# Hardwareplanung: IT-Netzform mit UL-Zertifizierung/ 2 Polige Automaten



## Andreas20 (29 November 2019)

Hallo Zusammen,

 ich benötige dringen Hilfe im Bereich des Überstromschutzorgans nach UL. 

 Eckdaten:
 Es Handel sich um ein Dreieck IT-Netz mit 480VAC
 Isolationswächter sind Verbaut und im Schaltschrank sind mehrere Transformatoren & Netzteile für 400VAC, 230VAC, 115VAC und 24VDC.
 Nach dem Trafo/ Netzteil sind Hauptsicherung und Nachgelagert die Abgangssicherung.
 Fragestellung:
 Benötigt man im IT-Netz eine 2 Polige Absicherung + und -?
Benötige ich nach dem Trafo/Netzteil eine 2 Polige Sicherung(FB100)?
 Müssen die Nachgelagerten Sicherungen ebenfalls 2 Polig FB101 bis 104 sein, auch wenn diese alle gleich große Auslöseströme haben?
 In welchen Normen ist dazu etwas zu finden zum IT-Netz?
 In welcher UL-Norm bzw.
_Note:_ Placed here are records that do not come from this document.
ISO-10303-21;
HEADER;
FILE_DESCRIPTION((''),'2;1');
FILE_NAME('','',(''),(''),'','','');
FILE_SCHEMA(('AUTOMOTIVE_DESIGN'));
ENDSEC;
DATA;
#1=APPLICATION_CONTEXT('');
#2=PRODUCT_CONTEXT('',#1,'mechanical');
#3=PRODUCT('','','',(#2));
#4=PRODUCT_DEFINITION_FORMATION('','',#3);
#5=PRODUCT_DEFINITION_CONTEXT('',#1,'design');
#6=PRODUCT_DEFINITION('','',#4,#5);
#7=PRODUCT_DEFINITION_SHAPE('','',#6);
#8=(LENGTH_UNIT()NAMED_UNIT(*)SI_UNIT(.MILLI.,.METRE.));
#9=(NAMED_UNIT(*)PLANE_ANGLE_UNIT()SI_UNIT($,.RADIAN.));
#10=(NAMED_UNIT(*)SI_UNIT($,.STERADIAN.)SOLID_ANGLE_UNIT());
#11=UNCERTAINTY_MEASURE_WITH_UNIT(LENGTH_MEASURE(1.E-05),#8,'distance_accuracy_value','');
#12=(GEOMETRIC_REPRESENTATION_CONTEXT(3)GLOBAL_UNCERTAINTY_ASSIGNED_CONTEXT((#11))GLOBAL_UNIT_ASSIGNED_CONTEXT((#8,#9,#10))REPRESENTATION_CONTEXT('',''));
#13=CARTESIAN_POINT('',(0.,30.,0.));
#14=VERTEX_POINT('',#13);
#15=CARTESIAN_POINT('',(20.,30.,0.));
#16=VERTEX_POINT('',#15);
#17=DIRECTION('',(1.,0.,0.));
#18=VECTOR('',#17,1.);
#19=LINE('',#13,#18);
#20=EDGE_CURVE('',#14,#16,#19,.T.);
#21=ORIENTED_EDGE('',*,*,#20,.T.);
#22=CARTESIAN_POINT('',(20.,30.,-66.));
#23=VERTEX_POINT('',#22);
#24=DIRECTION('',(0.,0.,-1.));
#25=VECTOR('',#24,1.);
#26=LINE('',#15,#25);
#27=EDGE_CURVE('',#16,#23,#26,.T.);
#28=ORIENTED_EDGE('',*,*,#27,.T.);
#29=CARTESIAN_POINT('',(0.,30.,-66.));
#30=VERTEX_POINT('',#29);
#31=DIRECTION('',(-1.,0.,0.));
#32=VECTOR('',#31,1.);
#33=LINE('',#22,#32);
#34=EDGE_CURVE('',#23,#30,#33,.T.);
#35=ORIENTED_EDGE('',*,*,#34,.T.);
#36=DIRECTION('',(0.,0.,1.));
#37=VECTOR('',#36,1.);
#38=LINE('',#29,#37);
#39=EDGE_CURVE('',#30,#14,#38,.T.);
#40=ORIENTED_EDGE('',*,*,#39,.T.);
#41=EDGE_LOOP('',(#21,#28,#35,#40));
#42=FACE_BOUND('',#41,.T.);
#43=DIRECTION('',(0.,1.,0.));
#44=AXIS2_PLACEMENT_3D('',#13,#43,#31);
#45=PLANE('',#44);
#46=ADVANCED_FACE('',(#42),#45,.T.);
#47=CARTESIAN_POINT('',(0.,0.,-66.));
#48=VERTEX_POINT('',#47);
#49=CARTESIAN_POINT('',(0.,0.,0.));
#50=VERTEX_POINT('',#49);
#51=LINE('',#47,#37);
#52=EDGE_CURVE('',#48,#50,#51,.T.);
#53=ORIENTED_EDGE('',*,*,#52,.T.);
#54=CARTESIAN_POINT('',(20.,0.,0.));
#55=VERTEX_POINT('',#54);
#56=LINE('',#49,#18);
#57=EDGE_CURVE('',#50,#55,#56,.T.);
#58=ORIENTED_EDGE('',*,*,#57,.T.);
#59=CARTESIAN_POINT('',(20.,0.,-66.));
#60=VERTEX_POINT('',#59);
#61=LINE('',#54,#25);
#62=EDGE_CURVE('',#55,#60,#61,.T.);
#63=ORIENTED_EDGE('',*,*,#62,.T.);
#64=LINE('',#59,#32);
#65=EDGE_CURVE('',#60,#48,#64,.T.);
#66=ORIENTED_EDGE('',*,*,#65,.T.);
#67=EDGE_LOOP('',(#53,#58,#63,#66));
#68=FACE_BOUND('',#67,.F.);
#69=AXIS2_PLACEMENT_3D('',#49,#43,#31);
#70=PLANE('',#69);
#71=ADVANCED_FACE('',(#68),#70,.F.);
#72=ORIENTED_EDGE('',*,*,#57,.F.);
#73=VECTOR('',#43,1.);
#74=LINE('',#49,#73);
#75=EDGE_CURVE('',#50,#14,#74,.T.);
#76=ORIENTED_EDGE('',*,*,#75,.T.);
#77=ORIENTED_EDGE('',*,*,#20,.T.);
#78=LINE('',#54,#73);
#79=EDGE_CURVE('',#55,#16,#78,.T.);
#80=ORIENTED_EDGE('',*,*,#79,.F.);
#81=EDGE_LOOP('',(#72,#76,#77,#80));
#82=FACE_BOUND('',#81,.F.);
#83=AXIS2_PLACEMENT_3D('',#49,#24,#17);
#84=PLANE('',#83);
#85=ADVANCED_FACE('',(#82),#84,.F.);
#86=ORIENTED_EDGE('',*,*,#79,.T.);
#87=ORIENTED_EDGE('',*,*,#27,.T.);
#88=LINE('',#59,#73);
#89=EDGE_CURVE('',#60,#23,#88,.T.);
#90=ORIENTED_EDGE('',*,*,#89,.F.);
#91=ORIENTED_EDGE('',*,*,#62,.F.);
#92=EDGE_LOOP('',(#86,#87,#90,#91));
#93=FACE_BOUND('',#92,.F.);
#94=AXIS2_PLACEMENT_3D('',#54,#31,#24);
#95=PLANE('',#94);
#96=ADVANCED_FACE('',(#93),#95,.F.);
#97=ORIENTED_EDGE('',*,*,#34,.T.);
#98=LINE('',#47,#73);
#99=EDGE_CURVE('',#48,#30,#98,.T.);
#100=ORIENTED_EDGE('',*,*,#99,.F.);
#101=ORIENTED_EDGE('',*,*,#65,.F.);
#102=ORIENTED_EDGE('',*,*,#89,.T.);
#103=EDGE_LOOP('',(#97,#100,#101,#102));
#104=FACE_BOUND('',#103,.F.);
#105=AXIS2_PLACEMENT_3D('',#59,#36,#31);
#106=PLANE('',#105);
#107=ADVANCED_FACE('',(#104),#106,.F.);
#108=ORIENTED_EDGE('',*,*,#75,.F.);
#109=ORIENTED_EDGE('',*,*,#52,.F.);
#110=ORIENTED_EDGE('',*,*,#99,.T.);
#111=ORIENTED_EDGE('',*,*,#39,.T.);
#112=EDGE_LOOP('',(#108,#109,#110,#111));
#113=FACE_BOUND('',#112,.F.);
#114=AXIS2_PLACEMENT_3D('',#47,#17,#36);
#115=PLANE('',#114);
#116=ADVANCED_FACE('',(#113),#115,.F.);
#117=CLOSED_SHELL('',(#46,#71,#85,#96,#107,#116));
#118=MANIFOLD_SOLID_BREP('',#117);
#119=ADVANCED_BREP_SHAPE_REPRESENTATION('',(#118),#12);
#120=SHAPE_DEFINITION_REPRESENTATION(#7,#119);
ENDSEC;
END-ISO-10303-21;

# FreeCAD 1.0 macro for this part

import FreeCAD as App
import Part
import Sketcher

V = App.Vector


def add_polygon(sketch, points):
    """Adds a closed chain of lines whose ends are joined by coincident constraints."""
    first, n = sketch.GeometryCount, len(points)
    for a, b in zip(points, points[1:] + points[:1]):
        sketch.addGeometry(Part.LineSegment(App.Vector(*a, 0), App.Vector(*b, 0)), False)
    for i in range(n):
        sketch.addConstraint(Sketcher.Constraint("Coincident", first + i, 2, first + (i + 1) % n, 1))

doc = App.newDocument("Part")
body = doc.addObject("PartDesign::Body", "Body")

sketch1 = doc.addObject("Sketcher::SketchObject", "Sketch")
body.addObject(sketch1)
sketch1.AttachmentSupport = (doc.XZ_Plane, [""])
sketch1.MapMode = "FlatFace"
add_polygon(sketch1, [(0, -66), (0, 0), (20, 0), (20, -66)])
sketch1.addConstraint(Sketcher.Constraint("Vertical", 0))
sketch1.addConstraint(Sketcher.Constraint("Horizontal", 1))
sketch1.addConstraint(Sketcher.Constraint("Vertical", 2))
sketch1.addConstraint(Sketcher.Constraint("Horizontal", 3))
sketch1.addConstraint(Sketcher.Constraint("Coincident", 0, 2, -1, 1))
sketch1.addConstraint(Sketcher.Constraint("DistanceX", 1, 1, 1, 2, 20.0))
sketch1.addConstraint(Sketcher.Constraint("DistanceY", 0, 1, 0, 2, 66.0))
pad1 = doc.addObject("PartDesign::Pad", "Pad")
body.addObject(pad1)
pad1.Profile = sketch1
pad1.Length = 30
pad1.Reversed = True

doc.recompute()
NFPA70 / NEC findet man hierzu etwas?

 Danke und Gruß

 Andreas **


----------



## winnman (30 November 2019)

Ja im IT Netz muss 2polig abgesichert werden-

Haben auch deine Netze nach den Netzteilen Isolationsüberwachung+Überspannungsableiter und werden erdfrei betrieben? dann wären das jeweils separate IT Netze und müssen auch 2 polig gesichert werden.


----------



## Andreas20 (1 Dezember 2019)

Also Isoüberwachung ist drin nach jedem Trafo. Würde es den reichen eine hauptsicherung 2 polig auszuführen und dann auf 1 polig wechseln oder geht das nicht? Wenn nein warum würde es gern verstehen. Wenn nich jemand die Norm kennt wäre es mega hilfreich.
Weshalb muss nach jedem Trafo ein neuer überspannungsschutz verbaut werden, wenn die Hauptzuleitung schon eine hat?


----------



## winnman (2 Dezember 2019)

Nach jedem Netzteil hast du ein separates IT Netz.
beim ersten Fehler zeigt das dein Isowächter an.
ist der 1. Fehler noch nicht beseitigt und tritt ein 2. Fehler am anderen Aussenleiter auf -> Kurzschluss. Um das dann selektiv wegzuschalten sind 2polige Überstromschutzorgane erforderlich.

Ü-Ableiter: Was passiert wenn diene 24V irgendwo einen Schluß mit 230V haben?
Nur entsprechende Ü-Ableiter verhindern hier gefährliche Spannungen.


----------